▶ [DIRECTIONS] Look through the records below for the line with "v 3.666 0 -6.35". Return that line and each one after it up to and including the line with "v 3.96 52.388 2.646", exactly.

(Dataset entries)
■ ■ ■ ■ ■

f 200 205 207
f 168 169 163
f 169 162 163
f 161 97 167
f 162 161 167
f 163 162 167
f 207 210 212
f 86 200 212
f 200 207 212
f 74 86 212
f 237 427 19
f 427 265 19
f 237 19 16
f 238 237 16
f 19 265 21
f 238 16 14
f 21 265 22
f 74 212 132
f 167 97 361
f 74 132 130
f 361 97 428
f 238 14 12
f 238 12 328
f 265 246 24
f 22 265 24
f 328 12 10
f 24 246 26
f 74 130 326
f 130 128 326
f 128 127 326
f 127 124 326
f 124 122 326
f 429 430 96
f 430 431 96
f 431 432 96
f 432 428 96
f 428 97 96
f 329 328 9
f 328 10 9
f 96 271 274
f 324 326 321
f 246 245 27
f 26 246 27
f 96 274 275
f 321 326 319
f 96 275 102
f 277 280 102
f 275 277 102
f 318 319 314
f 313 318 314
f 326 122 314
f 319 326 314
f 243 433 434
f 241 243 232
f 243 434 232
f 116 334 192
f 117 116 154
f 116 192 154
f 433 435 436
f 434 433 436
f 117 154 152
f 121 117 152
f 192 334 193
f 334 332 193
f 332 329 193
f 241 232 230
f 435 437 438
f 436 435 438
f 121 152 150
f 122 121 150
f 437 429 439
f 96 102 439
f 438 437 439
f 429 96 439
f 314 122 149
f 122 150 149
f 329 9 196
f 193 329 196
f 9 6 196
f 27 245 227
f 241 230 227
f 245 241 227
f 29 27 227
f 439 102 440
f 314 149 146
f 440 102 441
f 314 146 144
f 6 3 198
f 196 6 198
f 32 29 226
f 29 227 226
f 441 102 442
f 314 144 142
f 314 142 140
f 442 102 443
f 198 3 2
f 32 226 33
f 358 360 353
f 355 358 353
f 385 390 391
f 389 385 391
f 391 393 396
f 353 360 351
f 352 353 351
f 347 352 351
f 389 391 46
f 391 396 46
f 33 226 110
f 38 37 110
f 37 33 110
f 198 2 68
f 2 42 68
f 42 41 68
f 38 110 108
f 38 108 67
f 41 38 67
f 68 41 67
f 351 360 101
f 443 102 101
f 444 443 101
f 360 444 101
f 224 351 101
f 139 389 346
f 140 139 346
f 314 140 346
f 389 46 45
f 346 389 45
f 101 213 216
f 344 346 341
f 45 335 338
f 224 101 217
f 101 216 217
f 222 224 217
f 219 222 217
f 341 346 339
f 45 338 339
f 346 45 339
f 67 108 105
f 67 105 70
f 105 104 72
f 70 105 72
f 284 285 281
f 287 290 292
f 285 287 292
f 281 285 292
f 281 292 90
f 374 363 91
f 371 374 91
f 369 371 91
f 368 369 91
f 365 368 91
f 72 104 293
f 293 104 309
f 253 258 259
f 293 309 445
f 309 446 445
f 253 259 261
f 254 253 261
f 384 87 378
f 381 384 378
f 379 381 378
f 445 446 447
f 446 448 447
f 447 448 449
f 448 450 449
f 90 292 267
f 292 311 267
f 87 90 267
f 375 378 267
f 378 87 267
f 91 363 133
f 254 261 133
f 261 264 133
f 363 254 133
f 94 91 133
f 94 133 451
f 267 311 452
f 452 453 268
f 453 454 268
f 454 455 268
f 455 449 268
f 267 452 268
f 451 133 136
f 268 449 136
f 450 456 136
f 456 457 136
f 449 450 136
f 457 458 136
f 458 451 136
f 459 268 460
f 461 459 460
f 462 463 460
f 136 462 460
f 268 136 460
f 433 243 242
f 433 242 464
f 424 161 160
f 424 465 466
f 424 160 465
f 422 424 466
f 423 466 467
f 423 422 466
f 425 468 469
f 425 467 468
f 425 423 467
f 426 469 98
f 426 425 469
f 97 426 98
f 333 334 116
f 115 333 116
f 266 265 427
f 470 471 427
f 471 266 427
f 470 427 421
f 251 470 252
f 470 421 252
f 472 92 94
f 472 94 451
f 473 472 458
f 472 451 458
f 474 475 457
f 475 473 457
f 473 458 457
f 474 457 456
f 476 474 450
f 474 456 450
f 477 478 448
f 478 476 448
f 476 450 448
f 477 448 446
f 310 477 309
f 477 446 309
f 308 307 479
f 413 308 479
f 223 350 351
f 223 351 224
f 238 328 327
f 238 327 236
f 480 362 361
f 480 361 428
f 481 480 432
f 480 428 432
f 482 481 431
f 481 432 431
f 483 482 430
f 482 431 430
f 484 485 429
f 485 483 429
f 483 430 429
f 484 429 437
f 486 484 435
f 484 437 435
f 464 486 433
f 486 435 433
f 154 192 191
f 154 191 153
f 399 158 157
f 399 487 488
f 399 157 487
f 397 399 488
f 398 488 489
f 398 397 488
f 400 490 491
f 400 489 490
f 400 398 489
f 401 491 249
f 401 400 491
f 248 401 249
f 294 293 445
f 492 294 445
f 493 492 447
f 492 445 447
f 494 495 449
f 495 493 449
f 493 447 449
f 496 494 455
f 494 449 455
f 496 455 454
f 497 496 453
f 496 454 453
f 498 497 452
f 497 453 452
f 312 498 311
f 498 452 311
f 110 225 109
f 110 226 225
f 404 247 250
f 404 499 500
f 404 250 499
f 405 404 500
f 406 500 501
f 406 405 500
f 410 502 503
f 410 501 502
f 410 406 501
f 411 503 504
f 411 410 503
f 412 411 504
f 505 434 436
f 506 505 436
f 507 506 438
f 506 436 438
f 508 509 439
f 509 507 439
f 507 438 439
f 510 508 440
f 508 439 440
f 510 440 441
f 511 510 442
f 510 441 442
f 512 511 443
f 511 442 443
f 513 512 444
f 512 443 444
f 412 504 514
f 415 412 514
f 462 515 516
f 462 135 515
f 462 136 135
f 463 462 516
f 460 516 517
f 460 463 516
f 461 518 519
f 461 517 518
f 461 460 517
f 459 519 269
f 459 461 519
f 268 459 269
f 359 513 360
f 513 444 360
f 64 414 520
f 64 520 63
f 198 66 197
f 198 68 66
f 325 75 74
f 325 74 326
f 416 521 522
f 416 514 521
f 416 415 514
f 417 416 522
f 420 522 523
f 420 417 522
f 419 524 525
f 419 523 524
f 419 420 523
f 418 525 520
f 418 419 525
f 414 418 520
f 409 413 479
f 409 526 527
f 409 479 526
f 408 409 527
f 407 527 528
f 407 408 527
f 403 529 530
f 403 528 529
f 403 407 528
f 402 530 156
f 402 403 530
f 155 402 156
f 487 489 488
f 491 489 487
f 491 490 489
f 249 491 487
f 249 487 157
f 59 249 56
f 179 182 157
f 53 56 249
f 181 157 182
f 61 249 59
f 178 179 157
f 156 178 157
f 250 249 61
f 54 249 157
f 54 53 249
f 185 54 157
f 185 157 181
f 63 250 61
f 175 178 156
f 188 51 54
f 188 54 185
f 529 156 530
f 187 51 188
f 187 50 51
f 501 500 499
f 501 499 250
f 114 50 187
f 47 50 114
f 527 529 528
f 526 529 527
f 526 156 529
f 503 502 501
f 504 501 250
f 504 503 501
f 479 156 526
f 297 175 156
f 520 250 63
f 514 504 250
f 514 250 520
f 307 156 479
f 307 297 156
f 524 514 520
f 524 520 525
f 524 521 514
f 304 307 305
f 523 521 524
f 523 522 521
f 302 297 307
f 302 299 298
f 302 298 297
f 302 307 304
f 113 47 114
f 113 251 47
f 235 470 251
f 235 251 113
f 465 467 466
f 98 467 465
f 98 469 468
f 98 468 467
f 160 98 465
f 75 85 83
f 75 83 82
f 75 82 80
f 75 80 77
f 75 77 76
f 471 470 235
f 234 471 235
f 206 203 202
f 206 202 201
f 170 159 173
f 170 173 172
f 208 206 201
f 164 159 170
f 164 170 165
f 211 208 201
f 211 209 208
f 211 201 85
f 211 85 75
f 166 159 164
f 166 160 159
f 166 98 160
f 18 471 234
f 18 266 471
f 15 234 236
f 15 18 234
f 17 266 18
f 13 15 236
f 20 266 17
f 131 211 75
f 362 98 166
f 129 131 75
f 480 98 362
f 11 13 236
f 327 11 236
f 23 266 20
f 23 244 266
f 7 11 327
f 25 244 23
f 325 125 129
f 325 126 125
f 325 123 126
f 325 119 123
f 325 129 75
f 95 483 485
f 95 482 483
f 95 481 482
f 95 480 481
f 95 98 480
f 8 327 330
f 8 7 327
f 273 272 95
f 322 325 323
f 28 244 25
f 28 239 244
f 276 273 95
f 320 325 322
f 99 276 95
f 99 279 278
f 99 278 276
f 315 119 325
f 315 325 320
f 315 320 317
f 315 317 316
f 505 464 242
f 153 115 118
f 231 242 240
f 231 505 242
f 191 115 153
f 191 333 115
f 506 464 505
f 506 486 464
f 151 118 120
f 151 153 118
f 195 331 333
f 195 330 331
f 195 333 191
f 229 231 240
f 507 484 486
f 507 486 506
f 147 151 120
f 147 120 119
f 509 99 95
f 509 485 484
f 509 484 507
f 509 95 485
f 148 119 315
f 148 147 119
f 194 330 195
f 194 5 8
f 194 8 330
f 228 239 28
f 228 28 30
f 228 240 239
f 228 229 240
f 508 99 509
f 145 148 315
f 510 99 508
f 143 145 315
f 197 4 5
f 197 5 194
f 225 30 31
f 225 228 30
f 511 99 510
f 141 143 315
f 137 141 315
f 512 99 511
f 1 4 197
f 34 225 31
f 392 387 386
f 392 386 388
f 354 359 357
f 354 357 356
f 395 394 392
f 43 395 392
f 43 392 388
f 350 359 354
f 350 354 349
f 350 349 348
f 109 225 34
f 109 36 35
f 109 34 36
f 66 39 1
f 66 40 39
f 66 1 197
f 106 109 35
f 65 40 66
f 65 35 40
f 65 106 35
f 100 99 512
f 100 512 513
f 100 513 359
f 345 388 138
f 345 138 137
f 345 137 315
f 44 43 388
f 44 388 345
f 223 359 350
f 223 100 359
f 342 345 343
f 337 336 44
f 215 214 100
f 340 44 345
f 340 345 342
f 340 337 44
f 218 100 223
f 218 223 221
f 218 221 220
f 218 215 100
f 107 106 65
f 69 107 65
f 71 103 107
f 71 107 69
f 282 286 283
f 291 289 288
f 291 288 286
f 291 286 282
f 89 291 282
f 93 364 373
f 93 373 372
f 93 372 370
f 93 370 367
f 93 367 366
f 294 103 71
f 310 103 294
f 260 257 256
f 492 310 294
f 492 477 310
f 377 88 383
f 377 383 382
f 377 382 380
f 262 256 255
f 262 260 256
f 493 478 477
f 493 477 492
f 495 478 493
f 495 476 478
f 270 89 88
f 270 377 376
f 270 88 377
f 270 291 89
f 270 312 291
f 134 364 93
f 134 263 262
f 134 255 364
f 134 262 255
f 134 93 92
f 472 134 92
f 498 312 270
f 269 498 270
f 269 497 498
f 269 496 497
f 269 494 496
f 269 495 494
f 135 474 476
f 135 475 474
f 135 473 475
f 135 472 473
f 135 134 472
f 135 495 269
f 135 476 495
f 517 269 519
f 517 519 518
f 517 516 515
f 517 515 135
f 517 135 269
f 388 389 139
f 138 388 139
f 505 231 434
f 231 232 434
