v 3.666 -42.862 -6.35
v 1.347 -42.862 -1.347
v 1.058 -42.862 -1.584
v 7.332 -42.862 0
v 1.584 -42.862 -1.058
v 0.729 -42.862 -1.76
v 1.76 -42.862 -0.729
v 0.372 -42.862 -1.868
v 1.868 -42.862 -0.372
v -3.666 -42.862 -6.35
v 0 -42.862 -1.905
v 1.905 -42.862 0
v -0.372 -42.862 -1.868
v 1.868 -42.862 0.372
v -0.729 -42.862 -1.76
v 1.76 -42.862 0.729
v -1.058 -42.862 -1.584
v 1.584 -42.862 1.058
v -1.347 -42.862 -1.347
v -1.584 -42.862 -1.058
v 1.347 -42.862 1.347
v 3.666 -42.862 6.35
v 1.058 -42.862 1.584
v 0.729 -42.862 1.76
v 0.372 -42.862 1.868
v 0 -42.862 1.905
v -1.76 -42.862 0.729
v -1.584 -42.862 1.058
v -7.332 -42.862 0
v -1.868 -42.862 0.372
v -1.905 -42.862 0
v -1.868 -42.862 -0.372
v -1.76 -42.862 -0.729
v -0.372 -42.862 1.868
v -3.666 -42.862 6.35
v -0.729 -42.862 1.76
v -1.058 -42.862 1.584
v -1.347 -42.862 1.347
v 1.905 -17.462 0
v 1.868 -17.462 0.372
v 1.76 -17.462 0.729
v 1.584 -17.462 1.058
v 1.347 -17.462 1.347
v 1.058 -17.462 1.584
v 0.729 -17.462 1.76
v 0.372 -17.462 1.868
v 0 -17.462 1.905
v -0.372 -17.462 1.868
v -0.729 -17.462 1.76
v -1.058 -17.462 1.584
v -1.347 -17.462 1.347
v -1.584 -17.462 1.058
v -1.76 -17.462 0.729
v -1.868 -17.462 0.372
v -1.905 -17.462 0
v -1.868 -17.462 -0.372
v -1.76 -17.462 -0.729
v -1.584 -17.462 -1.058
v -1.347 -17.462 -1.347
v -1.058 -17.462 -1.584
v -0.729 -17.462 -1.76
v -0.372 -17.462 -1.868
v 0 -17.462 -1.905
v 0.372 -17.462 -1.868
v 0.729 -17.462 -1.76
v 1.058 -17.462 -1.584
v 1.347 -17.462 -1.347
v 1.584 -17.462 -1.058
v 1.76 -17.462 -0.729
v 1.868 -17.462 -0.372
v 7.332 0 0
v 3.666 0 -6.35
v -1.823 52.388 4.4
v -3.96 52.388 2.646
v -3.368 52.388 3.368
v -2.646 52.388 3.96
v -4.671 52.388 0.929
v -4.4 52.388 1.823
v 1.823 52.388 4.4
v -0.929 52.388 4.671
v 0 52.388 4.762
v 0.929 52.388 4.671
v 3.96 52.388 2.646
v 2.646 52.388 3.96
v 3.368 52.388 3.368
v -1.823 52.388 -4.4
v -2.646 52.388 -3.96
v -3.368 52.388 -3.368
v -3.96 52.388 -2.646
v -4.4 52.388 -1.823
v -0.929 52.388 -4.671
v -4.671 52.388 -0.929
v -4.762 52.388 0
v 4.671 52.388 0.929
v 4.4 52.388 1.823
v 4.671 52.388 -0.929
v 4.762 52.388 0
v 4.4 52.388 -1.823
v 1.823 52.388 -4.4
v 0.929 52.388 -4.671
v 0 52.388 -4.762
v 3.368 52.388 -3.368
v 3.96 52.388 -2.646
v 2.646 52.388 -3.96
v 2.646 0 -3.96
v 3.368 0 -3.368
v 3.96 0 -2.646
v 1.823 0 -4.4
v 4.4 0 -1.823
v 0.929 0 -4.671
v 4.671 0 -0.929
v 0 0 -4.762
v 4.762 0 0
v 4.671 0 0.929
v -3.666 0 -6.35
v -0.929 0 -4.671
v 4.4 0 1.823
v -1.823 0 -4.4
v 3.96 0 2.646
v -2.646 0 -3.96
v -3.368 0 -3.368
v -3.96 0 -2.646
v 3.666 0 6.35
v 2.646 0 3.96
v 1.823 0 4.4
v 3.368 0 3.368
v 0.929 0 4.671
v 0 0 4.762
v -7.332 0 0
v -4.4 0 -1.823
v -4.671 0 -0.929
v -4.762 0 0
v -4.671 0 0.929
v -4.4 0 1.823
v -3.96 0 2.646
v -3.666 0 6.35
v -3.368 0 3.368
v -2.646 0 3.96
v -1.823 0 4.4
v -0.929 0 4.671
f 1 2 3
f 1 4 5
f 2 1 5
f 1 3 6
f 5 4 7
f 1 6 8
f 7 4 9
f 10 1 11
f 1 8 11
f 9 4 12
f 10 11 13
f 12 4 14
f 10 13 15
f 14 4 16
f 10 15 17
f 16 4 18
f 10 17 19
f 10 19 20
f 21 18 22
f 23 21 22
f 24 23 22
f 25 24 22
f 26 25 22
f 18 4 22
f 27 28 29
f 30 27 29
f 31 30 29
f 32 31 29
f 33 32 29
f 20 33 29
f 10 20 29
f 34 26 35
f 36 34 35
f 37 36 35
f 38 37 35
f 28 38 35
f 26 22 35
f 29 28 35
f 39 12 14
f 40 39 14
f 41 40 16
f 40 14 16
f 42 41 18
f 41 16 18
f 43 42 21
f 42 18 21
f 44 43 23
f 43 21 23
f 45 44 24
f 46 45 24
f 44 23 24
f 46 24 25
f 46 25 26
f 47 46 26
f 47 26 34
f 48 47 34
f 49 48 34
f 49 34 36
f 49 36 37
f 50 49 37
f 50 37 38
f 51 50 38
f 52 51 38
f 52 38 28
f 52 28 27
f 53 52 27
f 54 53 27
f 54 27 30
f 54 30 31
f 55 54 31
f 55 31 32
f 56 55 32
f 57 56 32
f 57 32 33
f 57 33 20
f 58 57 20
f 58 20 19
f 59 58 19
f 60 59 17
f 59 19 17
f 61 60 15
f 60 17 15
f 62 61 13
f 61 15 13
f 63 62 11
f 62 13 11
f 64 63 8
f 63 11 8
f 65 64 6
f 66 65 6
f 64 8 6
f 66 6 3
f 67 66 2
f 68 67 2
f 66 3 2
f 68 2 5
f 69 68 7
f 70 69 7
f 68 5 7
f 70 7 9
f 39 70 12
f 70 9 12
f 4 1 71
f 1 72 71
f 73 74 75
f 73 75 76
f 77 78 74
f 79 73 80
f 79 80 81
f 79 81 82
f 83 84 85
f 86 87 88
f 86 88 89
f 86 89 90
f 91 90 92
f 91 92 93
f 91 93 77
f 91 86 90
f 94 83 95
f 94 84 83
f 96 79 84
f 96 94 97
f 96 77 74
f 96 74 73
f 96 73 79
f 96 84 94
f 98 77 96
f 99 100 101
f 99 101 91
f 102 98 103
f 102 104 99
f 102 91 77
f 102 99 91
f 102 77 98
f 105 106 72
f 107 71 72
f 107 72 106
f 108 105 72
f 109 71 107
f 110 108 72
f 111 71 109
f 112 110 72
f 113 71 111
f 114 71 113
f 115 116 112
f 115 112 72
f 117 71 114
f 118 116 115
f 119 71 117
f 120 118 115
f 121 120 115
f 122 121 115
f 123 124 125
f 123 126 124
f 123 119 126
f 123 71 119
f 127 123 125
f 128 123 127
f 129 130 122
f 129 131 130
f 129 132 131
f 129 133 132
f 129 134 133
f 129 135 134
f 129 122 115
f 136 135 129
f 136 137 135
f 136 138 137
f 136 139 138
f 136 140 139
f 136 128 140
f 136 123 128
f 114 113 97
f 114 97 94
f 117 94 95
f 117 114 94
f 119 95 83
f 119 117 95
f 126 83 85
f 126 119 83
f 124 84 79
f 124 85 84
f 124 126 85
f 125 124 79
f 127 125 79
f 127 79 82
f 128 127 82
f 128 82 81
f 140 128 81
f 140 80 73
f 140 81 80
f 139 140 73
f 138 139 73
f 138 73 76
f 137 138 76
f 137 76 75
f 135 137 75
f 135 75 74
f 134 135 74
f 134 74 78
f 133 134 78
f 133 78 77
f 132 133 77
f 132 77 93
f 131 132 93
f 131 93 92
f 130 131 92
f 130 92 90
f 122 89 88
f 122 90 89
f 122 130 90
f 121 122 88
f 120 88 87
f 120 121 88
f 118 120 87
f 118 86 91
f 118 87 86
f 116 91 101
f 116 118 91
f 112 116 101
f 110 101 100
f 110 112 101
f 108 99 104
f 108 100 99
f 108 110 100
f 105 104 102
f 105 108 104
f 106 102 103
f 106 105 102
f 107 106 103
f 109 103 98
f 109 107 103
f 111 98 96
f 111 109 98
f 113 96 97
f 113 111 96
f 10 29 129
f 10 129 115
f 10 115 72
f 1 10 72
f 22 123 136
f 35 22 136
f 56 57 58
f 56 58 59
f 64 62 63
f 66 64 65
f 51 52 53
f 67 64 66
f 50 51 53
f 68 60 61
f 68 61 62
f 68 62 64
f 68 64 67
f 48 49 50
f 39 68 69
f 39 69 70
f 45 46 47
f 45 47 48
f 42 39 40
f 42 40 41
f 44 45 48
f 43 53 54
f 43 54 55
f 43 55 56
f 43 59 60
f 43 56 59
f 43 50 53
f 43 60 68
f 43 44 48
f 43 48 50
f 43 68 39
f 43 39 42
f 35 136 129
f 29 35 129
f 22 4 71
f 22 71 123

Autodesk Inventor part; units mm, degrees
ref_plane "YZ Plane" through (0, 0, 0) normal (1, 0, 0) x (0, 1, 0)
ref_plane "XZ Plane" through (0, 0, 0) normal (0, 1, 0) x (-1, 0, 0)
ref_plane "XY Plane" through (0, 0, 0) normal (0, 0, 1) x (1, 0, 0)
sketch "Sketch1" plane through (0, 0, 0) normal (0, 1, 0) x (-1, 0, 0)
  line L0 (3.6662, -6.35) -> (-3.6662, -6.35)
  line L1 (-3.6662, -6.35) -> (-7.3323, 0)
  line L2 (-7.3323, 0) -> (-3.6662, 6.35)
  line L3 (-3.6662, 6.35) -> (3.6662, 6.35)
  line L4 (3.6662, 6.35) -> (7.3323, 0)
  line L5 (7.3323, 0) -> (3.6662, -6.35)
  point P0 (0, 0)
  point P1 (0, 0)
  dimension "d0" = 12.7
extrude "Extrusion1" add sketch "Sketch1" against normal blind 42.8625
sketch "Sketch2" plane through (0, 0, 0) normal (0, 1, 0) x (1, 0, 0)
  circle A0 centre (0, 0) radius 4.7625
  dimension "d3" = 9.525
extrude "Extrusion2" add sketch "Sketch2" along normal blind 52.3875
sketch "Sketch3" plane through (0, -42.8625, 0) normal (0, -1, 0) x (1, 0, 0)
  circle A0 centre (0, 0) radius 4.7625 projected
  circle A1 centre (0, 0) radius 1.905
  dimension "d7" = 3.81
extrude "Extrusion3" cut sketch "Sketch3" against normal blind 25.4 contours A1
properties part number "Roller drive shaft" material "Aluminum 6061"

■ ■ ■ ■ ■

▶ [ANSWER SECTION]
v 3.666 0 -6.35
v -1.823 52.388 4.4
v -3.96 52.388 2.646
v -3.368 52.388 3.368
v -2.646 52.388 3.96
v -4.671 52.388 0.929
v -4.4 52.388 1.823
v 1.823 52.388 4.4
v -0.929 52.388 4.671
v 0 52.388 4.762
v 0.929 52.388 4.671
v 3.96 52.388 2.646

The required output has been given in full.